> **WORK INSTRUCTION**: Scan the material for the word "SUBTRACT" and copy each line where it occurs.

> **GIVEN RECORDS**:

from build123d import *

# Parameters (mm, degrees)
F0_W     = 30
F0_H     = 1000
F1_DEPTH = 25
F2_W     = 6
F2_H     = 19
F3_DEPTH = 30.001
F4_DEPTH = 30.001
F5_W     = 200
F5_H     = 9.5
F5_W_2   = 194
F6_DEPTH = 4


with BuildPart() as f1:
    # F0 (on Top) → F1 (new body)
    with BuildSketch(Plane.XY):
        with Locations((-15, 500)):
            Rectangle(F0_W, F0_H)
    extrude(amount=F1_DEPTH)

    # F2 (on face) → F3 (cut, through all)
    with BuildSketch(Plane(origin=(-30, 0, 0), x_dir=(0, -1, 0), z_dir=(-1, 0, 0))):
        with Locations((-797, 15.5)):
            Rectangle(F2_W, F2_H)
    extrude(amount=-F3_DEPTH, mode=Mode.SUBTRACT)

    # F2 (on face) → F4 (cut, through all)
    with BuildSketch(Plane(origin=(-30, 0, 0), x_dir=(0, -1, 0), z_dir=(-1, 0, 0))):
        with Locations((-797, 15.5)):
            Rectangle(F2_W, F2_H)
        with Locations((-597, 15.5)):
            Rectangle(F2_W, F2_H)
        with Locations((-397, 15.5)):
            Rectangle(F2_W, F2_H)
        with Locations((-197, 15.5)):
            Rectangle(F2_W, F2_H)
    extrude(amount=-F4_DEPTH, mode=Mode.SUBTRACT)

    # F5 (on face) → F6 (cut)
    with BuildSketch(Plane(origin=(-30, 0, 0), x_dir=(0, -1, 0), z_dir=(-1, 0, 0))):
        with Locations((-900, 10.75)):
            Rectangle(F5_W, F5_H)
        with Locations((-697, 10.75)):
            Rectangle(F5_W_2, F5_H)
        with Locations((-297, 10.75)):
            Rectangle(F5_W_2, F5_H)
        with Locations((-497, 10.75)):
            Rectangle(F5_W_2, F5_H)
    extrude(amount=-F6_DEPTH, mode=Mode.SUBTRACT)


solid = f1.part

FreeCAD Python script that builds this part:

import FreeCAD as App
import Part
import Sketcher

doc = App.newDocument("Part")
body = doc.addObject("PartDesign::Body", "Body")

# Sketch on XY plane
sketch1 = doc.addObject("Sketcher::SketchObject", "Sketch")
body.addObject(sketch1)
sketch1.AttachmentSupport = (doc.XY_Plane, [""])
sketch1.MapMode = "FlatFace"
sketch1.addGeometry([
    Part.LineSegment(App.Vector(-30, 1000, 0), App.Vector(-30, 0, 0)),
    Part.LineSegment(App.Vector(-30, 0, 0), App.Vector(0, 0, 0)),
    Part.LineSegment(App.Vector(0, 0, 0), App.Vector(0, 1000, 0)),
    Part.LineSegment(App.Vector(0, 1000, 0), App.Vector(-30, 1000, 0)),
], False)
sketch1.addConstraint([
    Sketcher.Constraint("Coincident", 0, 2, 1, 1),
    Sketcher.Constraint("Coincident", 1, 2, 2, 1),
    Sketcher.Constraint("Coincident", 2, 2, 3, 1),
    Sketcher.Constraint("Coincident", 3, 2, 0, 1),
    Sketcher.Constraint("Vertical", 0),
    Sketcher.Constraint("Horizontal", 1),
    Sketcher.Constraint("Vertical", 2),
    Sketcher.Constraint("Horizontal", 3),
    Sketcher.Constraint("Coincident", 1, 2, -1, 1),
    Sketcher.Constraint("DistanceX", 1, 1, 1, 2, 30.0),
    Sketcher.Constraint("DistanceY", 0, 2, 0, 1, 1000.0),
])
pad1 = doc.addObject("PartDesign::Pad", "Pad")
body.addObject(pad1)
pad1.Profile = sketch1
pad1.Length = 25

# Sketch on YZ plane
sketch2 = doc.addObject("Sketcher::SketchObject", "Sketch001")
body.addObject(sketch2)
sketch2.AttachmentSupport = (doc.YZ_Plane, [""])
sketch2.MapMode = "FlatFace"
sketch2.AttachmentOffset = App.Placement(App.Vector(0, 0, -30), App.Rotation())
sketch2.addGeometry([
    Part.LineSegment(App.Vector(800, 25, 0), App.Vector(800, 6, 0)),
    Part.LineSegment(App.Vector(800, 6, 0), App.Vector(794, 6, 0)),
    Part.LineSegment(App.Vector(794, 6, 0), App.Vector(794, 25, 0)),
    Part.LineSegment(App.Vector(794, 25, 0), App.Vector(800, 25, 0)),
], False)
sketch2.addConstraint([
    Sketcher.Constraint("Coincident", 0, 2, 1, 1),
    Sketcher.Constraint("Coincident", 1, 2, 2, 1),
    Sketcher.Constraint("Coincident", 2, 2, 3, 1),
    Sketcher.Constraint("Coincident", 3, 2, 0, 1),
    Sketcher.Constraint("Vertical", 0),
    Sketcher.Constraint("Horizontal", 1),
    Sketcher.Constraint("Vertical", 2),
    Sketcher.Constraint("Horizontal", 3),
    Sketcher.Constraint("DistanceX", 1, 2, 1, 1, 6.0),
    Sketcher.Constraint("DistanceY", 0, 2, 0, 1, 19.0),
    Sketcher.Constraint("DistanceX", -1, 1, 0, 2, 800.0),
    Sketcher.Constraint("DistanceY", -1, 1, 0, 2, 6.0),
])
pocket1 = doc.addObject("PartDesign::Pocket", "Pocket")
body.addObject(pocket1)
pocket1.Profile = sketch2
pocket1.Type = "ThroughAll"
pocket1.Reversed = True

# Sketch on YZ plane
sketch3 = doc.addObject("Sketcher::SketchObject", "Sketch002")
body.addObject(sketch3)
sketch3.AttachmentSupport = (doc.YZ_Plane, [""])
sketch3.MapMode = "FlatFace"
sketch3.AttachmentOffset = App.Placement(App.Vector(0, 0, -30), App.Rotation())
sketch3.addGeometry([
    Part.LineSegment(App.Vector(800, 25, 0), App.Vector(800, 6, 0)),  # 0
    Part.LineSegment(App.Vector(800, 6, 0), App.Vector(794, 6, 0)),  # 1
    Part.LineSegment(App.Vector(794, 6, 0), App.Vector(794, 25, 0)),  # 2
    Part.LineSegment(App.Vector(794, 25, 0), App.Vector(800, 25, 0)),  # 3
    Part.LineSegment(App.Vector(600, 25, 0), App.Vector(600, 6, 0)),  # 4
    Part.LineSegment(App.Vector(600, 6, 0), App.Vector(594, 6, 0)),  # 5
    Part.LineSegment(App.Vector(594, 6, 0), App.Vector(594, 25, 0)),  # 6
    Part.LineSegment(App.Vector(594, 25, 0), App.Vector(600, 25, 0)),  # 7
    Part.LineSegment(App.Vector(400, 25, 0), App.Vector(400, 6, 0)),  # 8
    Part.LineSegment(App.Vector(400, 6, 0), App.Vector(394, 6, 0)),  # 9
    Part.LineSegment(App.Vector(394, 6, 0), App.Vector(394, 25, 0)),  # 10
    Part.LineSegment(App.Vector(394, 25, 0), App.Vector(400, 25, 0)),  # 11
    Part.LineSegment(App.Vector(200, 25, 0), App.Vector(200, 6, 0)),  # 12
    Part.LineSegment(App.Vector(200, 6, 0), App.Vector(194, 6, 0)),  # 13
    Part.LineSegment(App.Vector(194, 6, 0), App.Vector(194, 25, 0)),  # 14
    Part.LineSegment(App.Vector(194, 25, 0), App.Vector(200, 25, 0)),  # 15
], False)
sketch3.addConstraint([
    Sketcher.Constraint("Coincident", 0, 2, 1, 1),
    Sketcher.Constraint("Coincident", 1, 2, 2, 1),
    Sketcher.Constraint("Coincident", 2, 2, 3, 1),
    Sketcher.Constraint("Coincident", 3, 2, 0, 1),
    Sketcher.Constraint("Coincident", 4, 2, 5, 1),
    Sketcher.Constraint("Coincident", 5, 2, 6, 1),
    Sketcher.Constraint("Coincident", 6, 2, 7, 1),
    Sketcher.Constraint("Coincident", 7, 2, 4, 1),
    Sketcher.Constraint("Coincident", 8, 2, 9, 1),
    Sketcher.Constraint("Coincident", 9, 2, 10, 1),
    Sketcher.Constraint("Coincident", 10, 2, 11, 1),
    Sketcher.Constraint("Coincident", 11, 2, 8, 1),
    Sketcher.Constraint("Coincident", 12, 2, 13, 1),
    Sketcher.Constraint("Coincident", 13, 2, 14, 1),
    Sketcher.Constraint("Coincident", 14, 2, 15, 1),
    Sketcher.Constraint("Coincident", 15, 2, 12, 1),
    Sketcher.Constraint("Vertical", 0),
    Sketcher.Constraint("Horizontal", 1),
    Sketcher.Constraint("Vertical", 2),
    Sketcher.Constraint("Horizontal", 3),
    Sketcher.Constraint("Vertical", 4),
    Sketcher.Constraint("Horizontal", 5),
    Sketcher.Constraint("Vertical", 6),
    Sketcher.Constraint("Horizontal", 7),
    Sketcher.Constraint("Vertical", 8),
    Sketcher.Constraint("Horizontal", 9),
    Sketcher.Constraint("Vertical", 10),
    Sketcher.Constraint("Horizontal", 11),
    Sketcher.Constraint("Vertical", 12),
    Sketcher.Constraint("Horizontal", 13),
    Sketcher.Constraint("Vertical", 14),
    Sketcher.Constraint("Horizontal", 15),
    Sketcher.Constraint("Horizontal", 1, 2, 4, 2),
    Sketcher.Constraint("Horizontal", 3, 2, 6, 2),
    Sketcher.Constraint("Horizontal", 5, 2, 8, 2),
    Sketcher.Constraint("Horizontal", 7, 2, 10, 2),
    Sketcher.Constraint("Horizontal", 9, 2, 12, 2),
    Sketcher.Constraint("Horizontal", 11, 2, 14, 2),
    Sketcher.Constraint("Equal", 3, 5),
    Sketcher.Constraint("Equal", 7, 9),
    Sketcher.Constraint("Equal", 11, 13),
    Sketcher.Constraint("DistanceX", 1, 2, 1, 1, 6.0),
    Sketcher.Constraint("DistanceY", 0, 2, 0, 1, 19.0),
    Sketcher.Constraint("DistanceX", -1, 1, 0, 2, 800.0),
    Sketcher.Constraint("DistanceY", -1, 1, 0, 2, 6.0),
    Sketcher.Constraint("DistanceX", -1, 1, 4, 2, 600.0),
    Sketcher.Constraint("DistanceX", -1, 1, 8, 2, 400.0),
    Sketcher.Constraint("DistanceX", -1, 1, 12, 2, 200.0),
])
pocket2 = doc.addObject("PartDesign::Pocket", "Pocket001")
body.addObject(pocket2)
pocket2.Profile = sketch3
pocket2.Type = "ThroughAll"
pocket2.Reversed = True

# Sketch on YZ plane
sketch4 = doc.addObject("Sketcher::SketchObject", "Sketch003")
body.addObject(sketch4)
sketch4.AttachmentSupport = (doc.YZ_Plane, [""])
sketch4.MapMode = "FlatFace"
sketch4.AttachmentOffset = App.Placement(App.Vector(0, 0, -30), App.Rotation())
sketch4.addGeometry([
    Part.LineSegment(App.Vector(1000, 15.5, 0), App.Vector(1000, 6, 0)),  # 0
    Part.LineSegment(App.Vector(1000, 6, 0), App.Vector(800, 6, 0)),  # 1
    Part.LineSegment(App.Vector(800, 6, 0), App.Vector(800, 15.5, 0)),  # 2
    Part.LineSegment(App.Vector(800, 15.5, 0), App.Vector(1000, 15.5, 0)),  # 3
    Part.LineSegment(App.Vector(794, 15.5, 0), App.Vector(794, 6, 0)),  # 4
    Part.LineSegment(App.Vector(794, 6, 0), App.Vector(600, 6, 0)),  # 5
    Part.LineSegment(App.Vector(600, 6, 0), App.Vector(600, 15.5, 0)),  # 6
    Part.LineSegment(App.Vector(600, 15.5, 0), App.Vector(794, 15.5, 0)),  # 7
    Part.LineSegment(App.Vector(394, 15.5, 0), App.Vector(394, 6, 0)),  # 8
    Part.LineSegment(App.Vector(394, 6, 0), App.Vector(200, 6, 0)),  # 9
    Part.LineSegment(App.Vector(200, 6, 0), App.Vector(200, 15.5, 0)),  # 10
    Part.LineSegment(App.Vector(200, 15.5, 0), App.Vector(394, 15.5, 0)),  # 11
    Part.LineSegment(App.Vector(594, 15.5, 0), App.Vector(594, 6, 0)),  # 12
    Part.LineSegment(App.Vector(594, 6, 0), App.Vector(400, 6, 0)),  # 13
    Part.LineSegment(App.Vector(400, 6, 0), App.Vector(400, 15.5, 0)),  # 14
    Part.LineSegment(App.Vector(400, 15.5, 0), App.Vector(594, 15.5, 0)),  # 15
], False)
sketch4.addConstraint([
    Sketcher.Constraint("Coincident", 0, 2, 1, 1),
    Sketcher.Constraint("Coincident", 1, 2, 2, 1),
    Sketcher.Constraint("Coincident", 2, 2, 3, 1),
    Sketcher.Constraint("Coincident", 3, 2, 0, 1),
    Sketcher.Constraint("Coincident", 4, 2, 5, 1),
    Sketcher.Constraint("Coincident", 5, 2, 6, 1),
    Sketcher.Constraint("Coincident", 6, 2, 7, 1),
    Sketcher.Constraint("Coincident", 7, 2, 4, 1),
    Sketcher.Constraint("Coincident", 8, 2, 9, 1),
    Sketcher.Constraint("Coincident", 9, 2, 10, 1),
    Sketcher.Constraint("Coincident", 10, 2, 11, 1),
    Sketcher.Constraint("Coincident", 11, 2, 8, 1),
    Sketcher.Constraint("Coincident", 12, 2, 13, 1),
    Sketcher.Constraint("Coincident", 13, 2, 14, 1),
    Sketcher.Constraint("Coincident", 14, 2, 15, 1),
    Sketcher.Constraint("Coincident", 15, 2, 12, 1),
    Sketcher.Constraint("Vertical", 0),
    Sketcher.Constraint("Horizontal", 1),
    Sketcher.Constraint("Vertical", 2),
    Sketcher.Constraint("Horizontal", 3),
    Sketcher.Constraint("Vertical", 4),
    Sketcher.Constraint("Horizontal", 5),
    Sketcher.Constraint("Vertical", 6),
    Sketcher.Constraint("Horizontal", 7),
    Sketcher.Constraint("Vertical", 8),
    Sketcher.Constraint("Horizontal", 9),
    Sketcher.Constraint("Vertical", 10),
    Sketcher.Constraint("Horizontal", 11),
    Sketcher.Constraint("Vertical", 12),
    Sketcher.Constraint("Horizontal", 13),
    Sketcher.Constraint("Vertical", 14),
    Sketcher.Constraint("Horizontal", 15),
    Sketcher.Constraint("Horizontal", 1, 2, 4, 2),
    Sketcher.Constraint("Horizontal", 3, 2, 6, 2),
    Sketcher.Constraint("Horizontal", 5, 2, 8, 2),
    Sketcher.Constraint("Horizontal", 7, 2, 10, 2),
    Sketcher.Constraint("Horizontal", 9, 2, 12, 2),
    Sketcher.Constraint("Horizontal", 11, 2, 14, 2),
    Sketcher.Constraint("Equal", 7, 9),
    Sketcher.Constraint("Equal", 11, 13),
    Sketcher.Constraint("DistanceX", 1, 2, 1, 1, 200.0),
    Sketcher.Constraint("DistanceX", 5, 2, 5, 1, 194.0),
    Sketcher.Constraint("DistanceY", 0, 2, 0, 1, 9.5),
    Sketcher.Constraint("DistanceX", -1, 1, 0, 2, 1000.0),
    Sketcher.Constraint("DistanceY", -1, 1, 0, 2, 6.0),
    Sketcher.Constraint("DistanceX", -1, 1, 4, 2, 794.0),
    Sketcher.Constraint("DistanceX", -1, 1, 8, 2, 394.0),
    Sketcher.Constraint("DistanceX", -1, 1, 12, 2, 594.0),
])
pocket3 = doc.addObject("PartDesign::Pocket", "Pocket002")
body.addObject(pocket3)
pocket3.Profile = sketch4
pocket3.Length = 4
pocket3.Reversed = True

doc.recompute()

> **EXERCISE RESULT**:
    extrude(amount=-F3_DEPTH, mode=Mode.SUBTRACT)
    extrude(amount=-F4_DEPTH, mode=Mode.SUBTRACT)
    extrude(amount=-F6_DEPTH, mode=Mode.SUBTRACT)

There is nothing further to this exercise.